* WHAT THE TASK REQUIRES:
In the records below, the line with "#25=VERTEX_POINT('',#24);" opens the range and the line with "#67=VERTEX_POINT('',#66);" closes it; print that range exactly and nothing else.

(Stored items)
----
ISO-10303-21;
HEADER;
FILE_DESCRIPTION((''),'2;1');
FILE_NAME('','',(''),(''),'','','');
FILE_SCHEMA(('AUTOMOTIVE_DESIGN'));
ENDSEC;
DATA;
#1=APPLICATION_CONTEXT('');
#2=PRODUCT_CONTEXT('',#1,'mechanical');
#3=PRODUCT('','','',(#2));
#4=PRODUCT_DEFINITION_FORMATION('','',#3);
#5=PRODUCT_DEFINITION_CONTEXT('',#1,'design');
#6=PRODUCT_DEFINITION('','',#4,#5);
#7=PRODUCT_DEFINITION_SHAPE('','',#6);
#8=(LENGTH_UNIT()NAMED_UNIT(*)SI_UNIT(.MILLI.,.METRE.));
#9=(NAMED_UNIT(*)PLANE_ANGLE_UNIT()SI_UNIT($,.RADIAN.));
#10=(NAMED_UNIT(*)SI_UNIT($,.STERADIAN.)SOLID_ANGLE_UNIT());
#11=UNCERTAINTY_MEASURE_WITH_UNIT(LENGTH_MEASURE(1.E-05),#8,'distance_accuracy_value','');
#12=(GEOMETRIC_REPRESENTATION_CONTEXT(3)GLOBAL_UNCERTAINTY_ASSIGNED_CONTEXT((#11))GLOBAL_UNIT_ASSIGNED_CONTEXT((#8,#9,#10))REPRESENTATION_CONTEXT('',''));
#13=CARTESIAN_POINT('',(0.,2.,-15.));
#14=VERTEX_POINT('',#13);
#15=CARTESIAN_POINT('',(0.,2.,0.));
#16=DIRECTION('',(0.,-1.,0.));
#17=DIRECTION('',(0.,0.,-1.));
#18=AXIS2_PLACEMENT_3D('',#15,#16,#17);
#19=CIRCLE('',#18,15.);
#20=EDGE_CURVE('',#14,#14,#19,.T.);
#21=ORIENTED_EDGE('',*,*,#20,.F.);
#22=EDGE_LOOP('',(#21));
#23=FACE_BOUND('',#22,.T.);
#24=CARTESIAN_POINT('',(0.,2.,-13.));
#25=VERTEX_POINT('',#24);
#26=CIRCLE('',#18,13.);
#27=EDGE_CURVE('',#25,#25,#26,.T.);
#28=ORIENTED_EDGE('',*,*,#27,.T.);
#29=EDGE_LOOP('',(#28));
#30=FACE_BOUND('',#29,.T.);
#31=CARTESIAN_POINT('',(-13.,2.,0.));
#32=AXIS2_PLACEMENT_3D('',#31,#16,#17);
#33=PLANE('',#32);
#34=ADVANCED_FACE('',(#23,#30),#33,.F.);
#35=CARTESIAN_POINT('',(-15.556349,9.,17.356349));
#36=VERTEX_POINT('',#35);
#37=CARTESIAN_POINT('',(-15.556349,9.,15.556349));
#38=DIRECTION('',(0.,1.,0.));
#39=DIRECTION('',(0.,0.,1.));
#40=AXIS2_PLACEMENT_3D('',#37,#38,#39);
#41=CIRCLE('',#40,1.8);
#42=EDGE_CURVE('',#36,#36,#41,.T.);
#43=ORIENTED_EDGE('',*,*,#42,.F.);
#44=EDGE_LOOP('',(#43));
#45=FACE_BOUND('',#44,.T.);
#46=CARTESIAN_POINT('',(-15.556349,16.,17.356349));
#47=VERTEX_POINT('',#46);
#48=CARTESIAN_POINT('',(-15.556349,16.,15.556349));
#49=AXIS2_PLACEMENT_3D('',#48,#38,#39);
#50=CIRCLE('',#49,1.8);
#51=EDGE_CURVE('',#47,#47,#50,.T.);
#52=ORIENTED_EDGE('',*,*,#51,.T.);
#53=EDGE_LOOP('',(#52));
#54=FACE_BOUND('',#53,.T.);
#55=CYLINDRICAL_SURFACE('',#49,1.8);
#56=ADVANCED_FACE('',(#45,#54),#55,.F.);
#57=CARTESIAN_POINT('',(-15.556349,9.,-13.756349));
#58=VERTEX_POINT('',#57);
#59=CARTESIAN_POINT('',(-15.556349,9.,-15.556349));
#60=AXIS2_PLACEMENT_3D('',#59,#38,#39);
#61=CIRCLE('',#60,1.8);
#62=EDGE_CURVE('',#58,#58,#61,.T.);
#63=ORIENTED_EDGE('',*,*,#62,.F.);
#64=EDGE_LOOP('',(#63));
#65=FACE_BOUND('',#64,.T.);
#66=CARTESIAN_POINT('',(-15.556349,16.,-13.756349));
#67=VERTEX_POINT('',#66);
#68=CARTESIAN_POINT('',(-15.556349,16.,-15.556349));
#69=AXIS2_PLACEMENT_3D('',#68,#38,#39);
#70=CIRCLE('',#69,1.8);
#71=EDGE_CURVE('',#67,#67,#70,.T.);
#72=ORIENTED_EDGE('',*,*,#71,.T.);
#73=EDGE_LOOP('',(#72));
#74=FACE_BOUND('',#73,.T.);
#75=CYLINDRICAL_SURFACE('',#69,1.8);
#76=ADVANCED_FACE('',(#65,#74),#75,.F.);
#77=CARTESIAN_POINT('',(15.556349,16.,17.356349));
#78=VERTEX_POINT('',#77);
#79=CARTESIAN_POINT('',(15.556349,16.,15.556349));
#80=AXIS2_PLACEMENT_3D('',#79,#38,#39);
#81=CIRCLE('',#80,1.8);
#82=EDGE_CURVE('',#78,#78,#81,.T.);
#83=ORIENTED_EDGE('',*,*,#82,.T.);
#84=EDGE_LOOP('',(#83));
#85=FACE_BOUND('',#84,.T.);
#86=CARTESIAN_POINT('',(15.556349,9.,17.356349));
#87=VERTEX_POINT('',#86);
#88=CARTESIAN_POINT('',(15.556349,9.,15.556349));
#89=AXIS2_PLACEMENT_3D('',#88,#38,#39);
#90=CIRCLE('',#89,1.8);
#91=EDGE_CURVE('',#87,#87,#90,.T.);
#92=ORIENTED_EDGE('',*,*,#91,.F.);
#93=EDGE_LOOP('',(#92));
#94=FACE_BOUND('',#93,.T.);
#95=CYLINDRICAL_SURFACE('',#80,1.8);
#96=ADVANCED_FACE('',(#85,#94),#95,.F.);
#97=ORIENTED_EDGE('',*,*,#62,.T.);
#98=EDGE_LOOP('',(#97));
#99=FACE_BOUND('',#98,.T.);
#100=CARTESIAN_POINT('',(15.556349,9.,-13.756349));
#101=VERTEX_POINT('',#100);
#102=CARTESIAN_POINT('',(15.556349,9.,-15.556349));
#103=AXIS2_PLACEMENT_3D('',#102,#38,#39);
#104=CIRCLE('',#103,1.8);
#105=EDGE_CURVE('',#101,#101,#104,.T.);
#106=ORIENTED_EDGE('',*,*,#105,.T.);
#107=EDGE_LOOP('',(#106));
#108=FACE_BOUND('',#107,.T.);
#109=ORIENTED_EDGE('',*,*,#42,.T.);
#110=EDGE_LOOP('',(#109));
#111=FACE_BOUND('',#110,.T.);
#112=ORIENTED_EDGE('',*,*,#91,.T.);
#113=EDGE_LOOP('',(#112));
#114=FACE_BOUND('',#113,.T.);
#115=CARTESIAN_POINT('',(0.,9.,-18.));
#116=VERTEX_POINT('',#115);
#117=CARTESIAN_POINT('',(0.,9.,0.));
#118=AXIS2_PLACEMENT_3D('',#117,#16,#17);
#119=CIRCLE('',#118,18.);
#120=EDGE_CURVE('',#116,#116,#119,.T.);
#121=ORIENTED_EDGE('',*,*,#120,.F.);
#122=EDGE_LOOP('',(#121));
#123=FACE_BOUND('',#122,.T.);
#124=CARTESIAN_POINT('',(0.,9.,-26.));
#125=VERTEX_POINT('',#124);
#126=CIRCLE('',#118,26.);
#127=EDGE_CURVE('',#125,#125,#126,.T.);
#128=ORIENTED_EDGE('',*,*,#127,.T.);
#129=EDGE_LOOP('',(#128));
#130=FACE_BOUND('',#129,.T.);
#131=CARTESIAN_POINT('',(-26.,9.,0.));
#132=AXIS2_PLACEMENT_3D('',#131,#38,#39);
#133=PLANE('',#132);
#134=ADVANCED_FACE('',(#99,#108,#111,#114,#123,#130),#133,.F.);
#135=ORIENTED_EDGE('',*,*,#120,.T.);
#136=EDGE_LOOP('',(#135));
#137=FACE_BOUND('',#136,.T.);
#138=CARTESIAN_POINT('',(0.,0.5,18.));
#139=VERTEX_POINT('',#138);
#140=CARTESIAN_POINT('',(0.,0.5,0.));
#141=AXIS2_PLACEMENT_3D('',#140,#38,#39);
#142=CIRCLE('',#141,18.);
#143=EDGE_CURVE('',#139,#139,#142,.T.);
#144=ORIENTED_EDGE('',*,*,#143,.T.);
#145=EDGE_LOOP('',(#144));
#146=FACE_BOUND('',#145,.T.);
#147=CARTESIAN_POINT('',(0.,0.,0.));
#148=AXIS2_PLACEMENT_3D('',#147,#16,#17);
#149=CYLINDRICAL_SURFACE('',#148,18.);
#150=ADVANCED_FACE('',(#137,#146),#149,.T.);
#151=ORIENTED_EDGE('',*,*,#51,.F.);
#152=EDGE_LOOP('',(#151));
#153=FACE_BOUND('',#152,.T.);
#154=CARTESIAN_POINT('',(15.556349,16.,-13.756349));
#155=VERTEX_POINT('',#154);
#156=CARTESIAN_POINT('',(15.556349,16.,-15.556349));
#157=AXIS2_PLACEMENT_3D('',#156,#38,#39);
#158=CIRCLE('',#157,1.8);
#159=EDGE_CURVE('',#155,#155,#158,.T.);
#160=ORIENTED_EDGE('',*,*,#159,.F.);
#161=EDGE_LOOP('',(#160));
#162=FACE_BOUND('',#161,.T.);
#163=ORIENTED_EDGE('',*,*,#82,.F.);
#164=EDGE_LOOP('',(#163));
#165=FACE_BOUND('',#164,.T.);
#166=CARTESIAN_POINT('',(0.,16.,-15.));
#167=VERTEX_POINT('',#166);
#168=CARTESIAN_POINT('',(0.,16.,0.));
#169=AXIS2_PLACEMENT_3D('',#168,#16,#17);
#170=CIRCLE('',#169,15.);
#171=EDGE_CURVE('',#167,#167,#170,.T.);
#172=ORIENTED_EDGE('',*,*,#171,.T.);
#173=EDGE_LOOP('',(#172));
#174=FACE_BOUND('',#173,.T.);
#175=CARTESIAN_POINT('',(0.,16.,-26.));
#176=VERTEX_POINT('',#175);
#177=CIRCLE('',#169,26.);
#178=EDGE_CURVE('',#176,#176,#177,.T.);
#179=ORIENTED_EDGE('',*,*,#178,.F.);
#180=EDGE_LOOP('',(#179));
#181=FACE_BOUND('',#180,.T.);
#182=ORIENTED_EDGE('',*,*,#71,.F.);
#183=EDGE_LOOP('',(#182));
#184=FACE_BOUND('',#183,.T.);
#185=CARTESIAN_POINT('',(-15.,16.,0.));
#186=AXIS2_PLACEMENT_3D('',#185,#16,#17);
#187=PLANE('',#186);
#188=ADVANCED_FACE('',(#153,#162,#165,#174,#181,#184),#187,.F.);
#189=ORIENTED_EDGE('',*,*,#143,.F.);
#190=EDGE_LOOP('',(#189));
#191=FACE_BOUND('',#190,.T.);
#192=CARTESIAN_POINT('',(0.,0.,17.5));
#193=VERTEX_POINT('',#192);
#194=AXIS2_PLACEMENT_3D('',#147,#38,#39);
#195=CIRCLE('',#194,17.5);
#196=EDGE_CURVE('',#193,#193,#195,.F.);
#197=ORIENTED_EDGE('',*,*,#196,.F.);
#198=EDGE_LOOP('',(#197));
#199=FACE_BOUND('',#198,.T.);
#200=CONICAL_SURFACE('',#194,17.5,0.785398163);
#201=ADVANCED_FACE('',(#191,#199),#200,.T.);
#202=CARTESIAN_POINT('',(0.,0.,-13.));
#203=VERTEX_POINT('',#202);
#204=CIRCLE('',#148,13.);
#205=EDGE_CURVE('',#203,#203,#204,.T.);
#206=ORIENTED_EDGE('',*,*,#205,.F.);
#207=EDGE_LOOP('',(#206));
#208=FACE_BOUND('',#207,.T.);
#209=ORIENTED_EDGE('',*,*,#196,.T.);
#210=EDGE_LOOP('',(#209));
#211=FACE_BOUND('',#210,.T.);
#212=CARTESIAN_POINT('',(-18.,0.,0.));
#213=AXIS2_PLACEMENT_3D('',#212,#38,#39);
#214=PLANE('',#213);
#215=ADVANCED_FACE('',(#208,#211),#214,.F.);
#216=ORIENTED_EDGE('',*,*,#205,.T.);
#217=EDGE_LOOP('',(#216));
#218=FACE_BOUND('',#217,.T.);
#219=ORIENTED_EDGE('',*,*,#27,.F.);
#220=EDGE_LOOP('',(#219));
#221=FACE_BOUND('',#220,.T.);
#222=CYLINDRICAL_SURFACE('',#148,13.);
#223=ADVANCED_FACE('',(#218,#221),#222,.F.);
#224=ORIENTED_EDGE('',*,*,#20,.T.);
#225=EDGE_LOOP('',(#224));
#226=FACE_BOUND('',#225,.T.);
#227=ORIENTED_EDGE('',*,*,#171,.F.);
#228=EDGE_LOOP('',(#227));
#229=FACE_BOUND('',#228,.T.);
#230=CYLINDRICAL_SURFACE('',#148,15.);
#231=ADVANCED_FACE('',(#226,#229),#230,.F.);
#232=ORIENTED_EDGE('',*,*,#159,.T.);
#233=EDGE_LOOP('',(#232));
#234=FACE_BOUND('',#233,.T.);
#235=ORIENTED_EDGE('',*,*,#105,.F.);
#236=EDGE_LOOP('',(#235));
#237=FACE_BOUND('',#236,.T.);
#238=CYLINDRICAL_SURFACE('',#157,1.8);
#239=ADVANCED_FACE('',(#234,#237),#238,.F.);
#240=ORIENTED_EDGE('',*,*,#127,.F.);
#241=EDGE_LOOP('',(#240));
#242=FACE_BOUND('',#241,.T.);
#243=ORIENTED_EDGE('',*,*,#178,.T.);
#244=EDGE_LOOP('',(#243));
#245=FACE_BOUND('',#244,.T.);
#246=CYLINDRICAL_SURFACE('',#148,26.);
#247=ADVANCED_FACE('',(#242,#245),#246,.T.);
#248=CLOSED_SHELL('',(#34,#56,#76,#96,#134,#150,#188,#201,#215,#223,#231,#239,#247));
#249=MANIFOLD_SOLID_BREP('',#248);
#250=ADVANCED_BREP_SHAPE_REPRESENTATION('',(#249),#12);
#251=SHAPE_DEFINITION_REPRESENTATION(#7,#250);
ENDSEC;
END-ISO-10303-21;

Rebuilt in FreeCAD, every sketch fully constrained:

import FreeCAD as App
import Part
import Sketcher
Q = App.Units.Quantity


def edges_at(feature, points):
    """Names of the edges that pass closest to the given points."""
    edges = feature.Shape.Edges
    near = lambda p: min(range(len(edges)), key=lambda i: edges[i].distToShape(Part.Vertex(*p))[0])
    return sorted({f"Edge{near(p) + 1}" for p in points})


def add_polygon(sketch, points):
    """Adds a closed chain of lines whose ends are joined by coincident constraints."""
    first, n = sketch.GeometryCount, len(points)
    for a, b in zip(points, points[1:] + points[:1]):
        sketch.addGeometry(Part.LineSegment(App.Vector(*a, 0), App.Vector(*b, 0)), False)
    for i in range(n):
        sketch.addConstraint(Sketcher.Constraint("Coincident", first + i, 2, first + (i + 1) % n, 1))

doc = App.newDocument("Part")
params = doc.addObject("Spreadsheet::Sheet", "Params")
for row, (alias, value) in enumerate([
    ("sketch1_width", "11 mm"),
    ("sketch1_width2", "8 mm"),
    ("sketch1_width3", "5 mm"),
    ("sketch1_height", "14 mm"),
    ("sketch1_height2", "7 mm"),
    ("revolution_angle", "360 deg"),
    ("chamfer_size", "0.5 mm"),
    ("sketch2_diameter", "3.6 mm"),
    ("hole_diameter", "3.6 mm"),
], start=1):
    params.set(f"A{row}", alias)
    params.set(f"B{row}", "=" + value)
    params.setAlias(f"B{row}", alias)

body = doc.addObject("PartDesign::Body", "Body")

# Sketch on XY plane
sketch1 = body.newObject("Sketcher::SketchObject", "Sketch")
sketch1.AttachmentSupport = (doc.getObject("XY_Plane"), [""])
sketch1.MapMode = "FlatFace"
add_polygon(sketch1, [(-15, 2), (-15, 16), (-26, 16), (-26, 9), (-18, 9), (-18, 0), (-13, 0), (-13, 2)])  # lines 0-7
sketch1.addConstraint([
    Sketcher.Constraint("Vertical", 0),
    Sketcher.Constraint("Horizontal", 1),
    Sketcher.Constraint("Vertical", 2),
    Sketcher.Constraint("Horizontal", 3),
    Sketcher.Constraint("Vertical", 4),
    Sketcher.Constraint("Horizontal", 5),
    Sketcher.Constraint("Vertical", 6),
    Sketcher.Constraint("Horizontal", 7),
    Sketcher.Constraint("PointOnObject", 4, 2, -1),
    Sketcher.Constraint("Equal", 7, 6),
    Sketcher.Constraint("DistanceX", 1, 2, 1, 1, Q("11 mm")),
    Sketcher.Constraint("DistanceX", 3, 1, 3, 2, Q("8 mm")),
    Sketcher.Constraint("DistanceX", 5, 1, 5, 2, Q("5 mm")),
    Sketcher.Constraint("DistanceY", 0, 1, 0, 2, Q("14 mm")),
    Sketcher.Constraint("DistanceY", 2, 2, 2, 1, Q("7 mm")),
    Sketcher.Constraint("DistanceX", 0, 2, -1, 1, Q("15 mm")),
])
----
* ANSWER BOX:
#25=VERTEX_POINT('',#24);
#26=CIRCLE('',#18,13.);
#27=EDGE_CURVE('',#25,#25,#26,.T.);
#28=ORIENTED_EDGE('',*,*,#27,.T.);
#29=EDGE_LOOP('',(#28));
#30=FACE_BOUND('',#29,.T.);
#31=CARTESIAN_POINT('',(-13.,2.,0.));
#32=AXIS2_PLACEMENT_3D('',#31,#16,#17);
#33=PLANE('',#32);
#34=ADVANCED_FACE('',(#23,#30),#33,.F.);
#35=CARTESIAN_POINT('',(-15.556349,9.,17.356349));
#36=VERTEX_POINT('',#35);
#37=CARTESIAN_POINT('',(-15.556349,9.,15.556349));
#38=DIRECTION('',(0.,1.,0.));
#39=DIRECTION('',(0.,0.,1.));
#40=AXIS2_PLACEMENT_3D('',#37,#38,#39);
#41=CIRCLE('',#40,1.8);
#42=EDGE_CURVE('',#36,#36,#41,.T.);
#43=ORIENTED_EDGE('',*,*,#42,.F.);
#44=EDGE_LOOP('',(#43));
#45=FACE_BOUND('',#44,.T.);
#46=CARTESIAN_POINT('',(-15.556349,16.,17.356349));
#47=VERTEX_POINT('',#46);
#48=CARTESIAN_POINT('',(-15.556349,16.,15.556349));
#49=AXIS2_PLACEMENT_3D('',#48,#38,#39);
#50=CIRCLE('',#49,1.8);
#51=EDGE_CURVE('',#47,#47,#50,.T.);
#52=ORIENTED_EDGE('',*,*,#51,.T.);
#53=EDGE_LOOP('',(#52));
#54=FACE_BOUND('',#53,.T.);
#55=CYLINDRICAL_SURFACE('',#49,1.8);
#56=ADVANCED_FACE('',(#45,#54),#55,.F.);
#57=CARTESIAN_POINT('',(-15.556349,9.,-13.756349));
#58=VERTEX_POINT('',#57);
#59=CARTESIAN_POINT('',(-15.556349,9.,-15.556349));
#60=AXIS2_PLACEMENT_3D('',#59,#38,#39);
#61=CIRCLE('',#60,1.8);
#62=EDGE_CURVE('',#58,#58,#61,.T.);
#63=ORIENTED_EDGE('',*,*,#62,.F.);
#64=EDGE_LOOP('',(#63));
#65=FACE_BOUND('',#64,.T.);
#66=CARTESIAN_POINT('',(-15.556349,16.,-13.756349));
#67=VERTEX_POINT('',#66);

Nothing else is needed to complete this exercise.